**TASK PROMPT:**
Start at the first line of the listing below. Write out each line exactly, stopping after the one that contains "e11 v12 v11".

··········

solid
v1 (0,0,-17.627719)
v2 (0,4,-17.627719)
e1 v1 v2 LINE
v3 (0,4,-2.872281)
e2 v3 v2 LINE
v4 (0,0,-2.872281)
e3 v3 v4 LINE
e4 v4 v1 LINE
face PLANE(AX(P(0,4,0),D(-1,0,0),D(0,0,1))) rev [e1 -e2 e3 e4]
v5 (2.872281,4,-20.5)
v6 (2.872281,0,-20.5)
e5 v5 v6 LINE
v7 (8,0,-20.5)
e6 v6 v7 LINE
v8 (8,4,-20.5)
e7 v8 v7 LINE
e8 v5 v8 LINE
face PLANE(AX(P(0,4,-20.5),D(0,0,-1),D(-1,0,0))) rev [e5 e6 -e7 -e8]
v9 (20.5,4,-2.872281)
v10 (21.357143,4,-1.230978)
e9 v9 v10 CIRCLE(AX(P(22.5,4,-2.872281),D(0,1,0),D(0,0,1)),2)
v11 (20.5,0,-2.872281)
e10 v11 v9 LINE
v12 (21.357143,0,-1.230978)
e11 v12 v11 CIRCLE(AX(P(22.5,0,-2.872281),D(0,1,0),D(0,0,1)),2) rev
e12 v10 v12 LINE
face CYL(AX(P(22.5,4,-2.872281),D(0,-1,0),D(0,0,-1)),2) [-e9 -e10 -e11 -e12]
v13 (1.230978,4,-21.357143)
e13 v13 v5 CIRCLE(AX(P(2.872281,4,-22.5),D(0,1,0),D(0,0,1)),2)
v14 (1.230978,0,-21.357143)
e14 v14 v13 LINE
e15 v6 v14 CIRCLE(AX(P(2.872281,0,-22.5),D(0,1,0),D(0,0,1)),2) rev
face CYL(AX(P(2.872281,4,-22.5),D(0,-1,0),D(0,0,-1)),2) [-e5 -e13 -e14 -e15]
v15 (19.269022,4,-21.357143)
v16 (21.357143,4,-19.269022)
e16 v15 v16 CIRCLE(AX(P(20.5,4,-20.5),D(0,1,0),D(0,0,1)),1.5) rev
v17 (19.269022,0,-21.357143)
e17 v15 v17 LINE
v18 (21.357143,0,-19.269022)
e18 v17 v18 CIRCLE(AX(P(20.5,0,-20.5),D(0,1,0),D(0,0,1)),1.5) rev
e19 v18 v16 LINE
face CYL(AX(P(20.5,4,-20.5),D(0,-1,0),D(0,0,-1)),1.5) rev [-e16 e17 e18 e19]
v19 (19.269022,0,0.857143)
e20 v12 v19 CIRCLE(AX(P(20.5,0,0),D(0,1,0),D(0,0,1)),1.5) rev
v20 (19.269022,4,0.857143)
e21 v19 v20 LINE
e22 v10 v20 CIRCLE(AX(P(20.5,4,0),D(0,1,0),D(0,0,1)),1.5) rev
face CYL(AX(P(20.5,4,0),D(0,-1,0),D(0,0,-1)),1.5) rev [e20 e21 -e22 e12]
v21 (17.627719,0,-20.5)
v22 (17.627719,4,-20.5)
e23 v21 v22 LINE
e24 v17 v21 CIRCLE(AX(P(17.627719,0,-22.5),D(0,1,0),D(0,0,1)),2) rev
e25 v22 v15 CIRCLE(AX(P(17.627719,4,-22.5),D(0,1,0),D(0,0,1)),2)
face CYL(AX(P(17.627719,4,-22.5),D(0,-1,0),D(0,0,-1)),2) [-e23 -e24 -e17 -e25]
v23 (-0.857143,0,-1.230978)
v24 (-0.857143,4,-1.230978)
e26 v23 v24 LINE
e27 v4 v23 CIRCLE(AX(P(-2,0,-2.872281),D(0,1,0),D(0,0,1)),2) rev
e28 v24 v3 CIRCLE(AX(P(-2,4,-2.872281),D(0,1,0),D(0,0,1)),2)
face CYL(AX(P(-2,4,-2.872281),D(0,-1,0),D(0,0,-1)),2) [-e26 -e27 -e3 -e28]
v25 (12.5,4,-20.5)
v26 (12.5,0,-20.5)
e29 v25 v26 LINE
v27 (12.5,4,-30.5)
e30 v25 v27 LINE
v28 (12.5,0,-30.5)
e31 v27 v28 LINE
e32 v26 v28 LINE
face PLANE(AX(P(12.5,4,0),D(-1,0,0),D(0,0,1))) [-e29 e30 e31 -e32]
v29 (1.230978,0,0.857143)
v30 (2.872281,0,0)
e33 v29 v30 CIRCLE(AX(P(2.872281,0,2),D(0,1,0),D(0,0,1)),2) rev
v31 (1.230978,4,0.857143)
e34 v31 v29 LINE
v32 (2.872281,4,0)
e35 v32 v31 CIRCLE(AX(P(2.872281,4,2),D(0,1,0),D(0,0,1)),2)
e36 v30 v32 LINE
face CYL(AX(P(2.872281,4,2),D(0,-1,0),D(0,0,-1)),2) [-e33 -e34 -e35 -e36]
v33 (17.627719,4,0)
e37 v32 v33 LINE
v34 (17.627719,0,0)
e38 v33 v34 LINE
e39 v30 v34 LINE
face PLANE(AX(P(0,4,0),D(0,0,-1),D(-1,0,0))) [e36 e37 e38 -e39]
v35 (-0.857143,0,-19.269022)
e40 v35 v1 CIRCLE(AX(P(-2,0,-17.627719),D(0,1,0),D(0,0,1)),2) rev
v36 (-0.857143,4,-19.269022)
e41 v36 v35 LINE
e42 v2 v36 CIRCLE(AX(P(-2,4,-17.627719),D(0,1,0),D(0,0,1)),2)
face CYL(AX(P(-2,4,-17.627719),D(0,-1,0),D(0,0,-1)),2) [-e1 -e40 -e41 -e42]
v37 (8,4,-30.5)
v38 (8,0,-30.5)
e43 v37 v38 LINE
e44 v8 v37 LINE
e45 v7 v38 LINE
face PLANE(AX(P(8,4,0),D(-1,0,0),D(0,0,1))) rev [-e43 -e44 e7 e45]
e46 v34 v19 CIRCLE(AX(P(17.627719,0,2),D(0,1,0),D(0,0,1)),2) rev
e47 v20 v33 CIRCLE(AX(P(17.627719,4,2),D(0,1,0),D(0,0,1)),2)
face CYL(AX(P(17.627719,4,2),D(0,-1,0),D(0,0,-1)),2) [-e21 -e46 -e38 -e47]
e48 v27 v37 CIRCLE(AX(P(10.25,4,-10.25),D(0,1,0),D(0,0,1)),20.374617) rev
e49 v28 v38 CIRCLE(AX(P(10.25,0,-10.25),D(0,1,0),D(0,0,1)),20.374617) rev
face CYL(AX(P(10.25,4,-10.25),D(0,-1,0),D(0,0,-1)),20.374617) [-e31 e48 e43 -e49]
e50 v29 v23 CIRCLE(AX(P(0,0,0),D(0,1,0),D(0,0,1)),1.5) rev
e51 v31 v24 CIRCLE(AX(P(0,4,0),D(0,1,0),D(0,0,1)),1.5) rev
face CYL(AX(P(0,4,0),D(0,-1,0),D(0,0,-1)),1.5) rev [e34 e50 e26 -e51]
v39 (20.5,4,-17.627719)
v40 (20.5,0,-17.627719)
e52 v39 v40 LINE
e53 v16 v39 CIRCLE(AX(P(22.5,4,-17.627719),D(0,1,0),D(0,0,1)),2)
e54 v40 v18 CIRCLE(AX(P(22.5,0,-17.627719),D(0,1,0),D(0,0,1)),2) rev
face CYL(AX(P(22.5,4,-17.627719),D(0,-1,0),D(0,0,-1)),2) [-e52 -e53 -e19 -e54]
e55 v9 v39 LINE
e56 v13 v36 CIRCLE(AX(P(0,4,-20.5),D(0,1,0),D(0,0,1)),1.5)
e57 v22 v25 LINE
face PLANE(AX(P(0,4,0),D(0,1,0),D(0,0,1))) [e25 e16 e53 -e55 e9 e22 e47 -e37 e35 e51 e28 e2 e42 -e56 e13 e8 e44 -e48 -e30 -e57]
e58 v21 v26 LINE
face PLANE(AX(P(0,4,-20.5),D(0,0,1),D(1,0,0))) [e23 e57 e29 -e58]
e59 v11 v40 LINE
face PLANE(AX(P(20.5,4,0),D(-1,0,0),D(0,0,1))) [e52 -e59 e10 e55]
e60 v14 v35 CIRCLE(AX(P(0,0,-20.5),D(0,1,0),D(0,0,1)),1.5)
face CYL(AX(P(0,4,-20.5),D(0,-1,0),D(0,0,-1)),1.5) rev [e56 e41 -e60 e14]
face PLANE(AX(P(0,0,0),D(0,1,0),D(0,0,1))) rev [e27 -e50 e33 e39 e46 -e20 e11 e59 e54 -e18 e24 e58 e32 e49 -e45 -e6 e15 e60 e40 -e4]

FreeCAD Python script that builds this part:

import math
import FreeCAD as App
import Part
import Sketcher

V = App.Vector
Q = App.Units.Quantity


def edges_at(feature, points):
    """Names of the edges that pass closest to the given points."""
    edges = feature.Shape.Edges
    near = lambda p: min(range(len(edges)), key=lambda i: edges[i].distToShape(Part.Vertex(*p))[0])
    return sorted({f"Edge{near(p) + 1}" for p in points})

doc = App.newDocument("Part")
body = doc.addObject("PartDesign::Body", "Body")

sketch1 = body.newObject("Sketcher::SketchObject", "Sketch")
sketch1.AttachmentSupport = (doc.getObject("XZ_Plane"), [""])
sketch1.MapMode = "FlatFace"
sketch1.addGeometry(Part.ArcOfCircle(Part.Circle(V(0, 0, 0), V(0, 0, 1), 1.5), math.radians(0), math.radians(270)), False)
sketch1.addGeometry(Part.LineSegment(V(0, -1.5, 0), V(0, -19, 0)), False)
sketch1.addGeometry(Part.ArcOfCircle(Part.Circle(V(0, -20.5, 0), V(0, 0, 1), 1.5), math.radians(90), math.radians(360)), False)
sketch1.addGeometry(Part.LineSegment(V(1.5, -20.5, 0), V(8, -20.5, 0)), False)
sketch1.addGeometry(Part.LineSegment(V(8, -20.5, 0), V(8, -30.5, 0)), False)
sketch1.addGeometry(Part.ArcOfCircle(Part.Circle(V(10.2, -10.2, 0), V(0, 0, 1), 20.4), math.radians(-84), math.radians(264)), False)
sketch1.addGeometry(Part.LineSegment(V(12.5, -30.5, 0), V(12.5, -20.5, 0)), False)
sketch1.addGeometry(Part.LineSegment(V(12.5, -20.5, 0), V(19, -20.5, 0)), False)
sketch1.addGeometry(Part.ArcOfCircle(Part.Circle(V(20.5, -20.5, 0), V(0, 0, 1), 1.5), math.radians(180), math.radians(450)), False)
sketch1.addGeometry(Part.LineSegment(V(20.5, -19, 0), V(20.5, -1.5, 0)), False)
sketch1.addGeometry(Part.ArcOfCircle(Part.Circle(V(20.5, 0, 0), V(0, 0, 1), 1.5), math.radians(-90), math.radians(180)), False)
sketch1.addGeometry(Part.LineSegment(V(19, 0, 0), V(1.5, 0, 0)), False)
sketch1.addConstraint(Sketcher.Constraint("Coincident", 0, 2, 1, 1))
sketch1.addConstraint(Sketcher.Constraint("Coincident", 1, 2, 2, 1))
sketch1.addConstraint(Sketcher.Constraint("Coincident", 2, 2, 3, 1))
sketch1.addConstraint(Sketcher.Constraint("Coincident", 3, 2, 4, 1))
sketch1.addConstraint(Sketcher.Constraint("Coincident", 4, 2, 5, 2))
sketch1.addConstraint(Sketcher.Constraint("Coincident", 5, 1, 6, 1))
sketch1.addConstraint(Sketcher.Constraint("Coincident", 6, 2, 7, 1))
sketch1.addConstraint(Sketcher.Constraint("Coincident", 7, 2, 8, 1))
sketch1.addConstraint(Sketcher.Constraint("Coincident", 8, 2, 9, 1))
sketch1.addConstraint(Sketcher.Constraint("Coincident", 9, 2, 10, 1))
sketch1.addConstraint(Sketcher.Constraint("Coincident", 10, 2, 11, 1))
sketch1.addConstraint(Sketcher.Constraint("Coincident", 11, 2, 0, 1))
sketch1.addConstraint(Sketcher.Constraint("Vertical", 1))
sketch1.addConstraint(Sketcher.Constraint("Horizontal", 3))
sketch1.addConstraint(Sketcher.Constraint("Vertical", 4))
sketch1.addConstraint(Sketcher.Constraint("Vertical", 6))
sketch1.addConstraint(Sketcher.Constraint("Horizontal", 7))
sketch1.addConstraint(Sketcher.Constraint("Vertical", 9))
sketch1.addConstraint(Sketcher.Constraint("Horizontal", 11))
sketch1.addConstraint(Sketcher.Constraint("Coincident", 0, 3, -1, 1))
sketch1.addConstraint(Sketcher.Constraint("Equal", 0, 2))
sketch1.addConstraint(Sketcher.Constraint("Equal", 2, 8))
sketch1.addConstraint(Sketcher.Constraint("Equal", 8, 10))
sketch1.addConstraint(Sketcher.Constraint("PointOnObject", 2, 3, -2))
sketch1.addConstraint(Sketcher.Constraint("PointOnObject", 10, 3, -1))
sketch1.addConstraint(Sketcher.Constraint("PointOnObject", 0, 2, -2))
sketch1.addConstraint(Sketcher.Constraint("PointOnObject", 10, 2, -1))
sketch1.addConstraint(Sketcher.Constraint("Horizontal", 2, 3, 8, 3))
sketch1.addConstraint(Sketcher.Constraint("Horizontal", 8, 3, 2, 2))
sketch1.addConstraint(Sketcher.Constraint("Horizontal", 4, 2, 5, 1))
sketch1.addConstraint(Sketcher.Constraint("Horizontal", 3, 2, 6, 2))
sketch1.addConstraint(Sketcher.Constraint("Vertical", 8, 3, 10, 3))
sketch1.addConstraint(Sketcher.Constraint("Vertical", 10, 3, 8, 2))
sketch1.addConstraint(Sketcher.Constraint("Equal", 3, 7))
sketch1.addConstraint(Sketcher.Constraint("Equal", 11, 1))
sketch1.addConstraint(Sketcher.Constraint("Radius", 0, Q("1.5 mm")))
sketch1.addConstraint(Sketcher.Constraint("DistanceY", 4, 2, 4, 1, Q("10 mm")))
sketch1.addConstraint(Sketcher.Constraint("DistanceX", 3, 1, 3, 2, Q("6.5 mm")))
sketch1.addConstraint(Sketcher.Constraint("DistanceX", 11, 2, 11, 1, Q("17.5 mm")))
sketch1.addConstraint(Sketcher.Constraint("DistanceY", 5, 3, -1, 1, Q("10.25 mm")))
pad1 = body.newObject("PartDesign::Pad", "Pad")
pad1.Profile = sketch1
pad1.Length = 4
pad1.Reversed = True
doc.recompute()

fillet = body.newObject("PartDesign::Fillet", "Fillet")
fillet.Base = (pad1, edges_at(pad1, [
    (0, 2, -19),
    (0, 2, -1.5),
    (1.5, 2, 0),
    (19, 2, 0),
    (20.5, 2, -1.5),
    (20.5, 2, -19),
    (19, 2, -20.5),
    (1.5, 2, -20.5),
]))
fillet.Radius = 2

doc.recompute()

··········

**ANSWER:**
solid
v1 (0,0,-17.627719)
v2 (0,4,-17.627719)
e1 v1 v2 LINE
v3 (0,4,-2.872281)
e2 v3 v2 LINE
v4 (0,0,-2.872281)
e3 v3 v4 LINE
e4 v4 v1 LINE
face PLANE(AX(P(0,4,0),D(-1,0,0),D(0,0,1))) rev [e1 -e2 e3 e4]
v5 (2.872281,4,-20.5)
v6 (2.872281,0,-20.5)
e5 v5 v6 LINE
v7 (8,0,-20.5)
e6 v6 v7 LINE
v8 (8,4,-20.5)
e7 v8 v7 LINE
e8 v5 v8 LINE
face PLANE(AX(P(0,4,-20.5),D(0,0,-1),D(-1,0,0))) rev [e5 e6 -e7 -e8]
v9 (20.5,4,-2.872281)
v10 (21.357143,4,-1.230978)
e9 v9 v10 CIRCLE(AX(P(22.5,4,-2.872281),D(0,1,0),D(0,0,1)),2)
v11 (20.5,0,-2.872281)
e10 v11 v9 LINE
v12 (21.357143,0,-1.230978)
e11 v12 v11 CIRCLE(AX(P(22.5,0,-2.872281),D(0,1,0),D(0,0,1)),2) rev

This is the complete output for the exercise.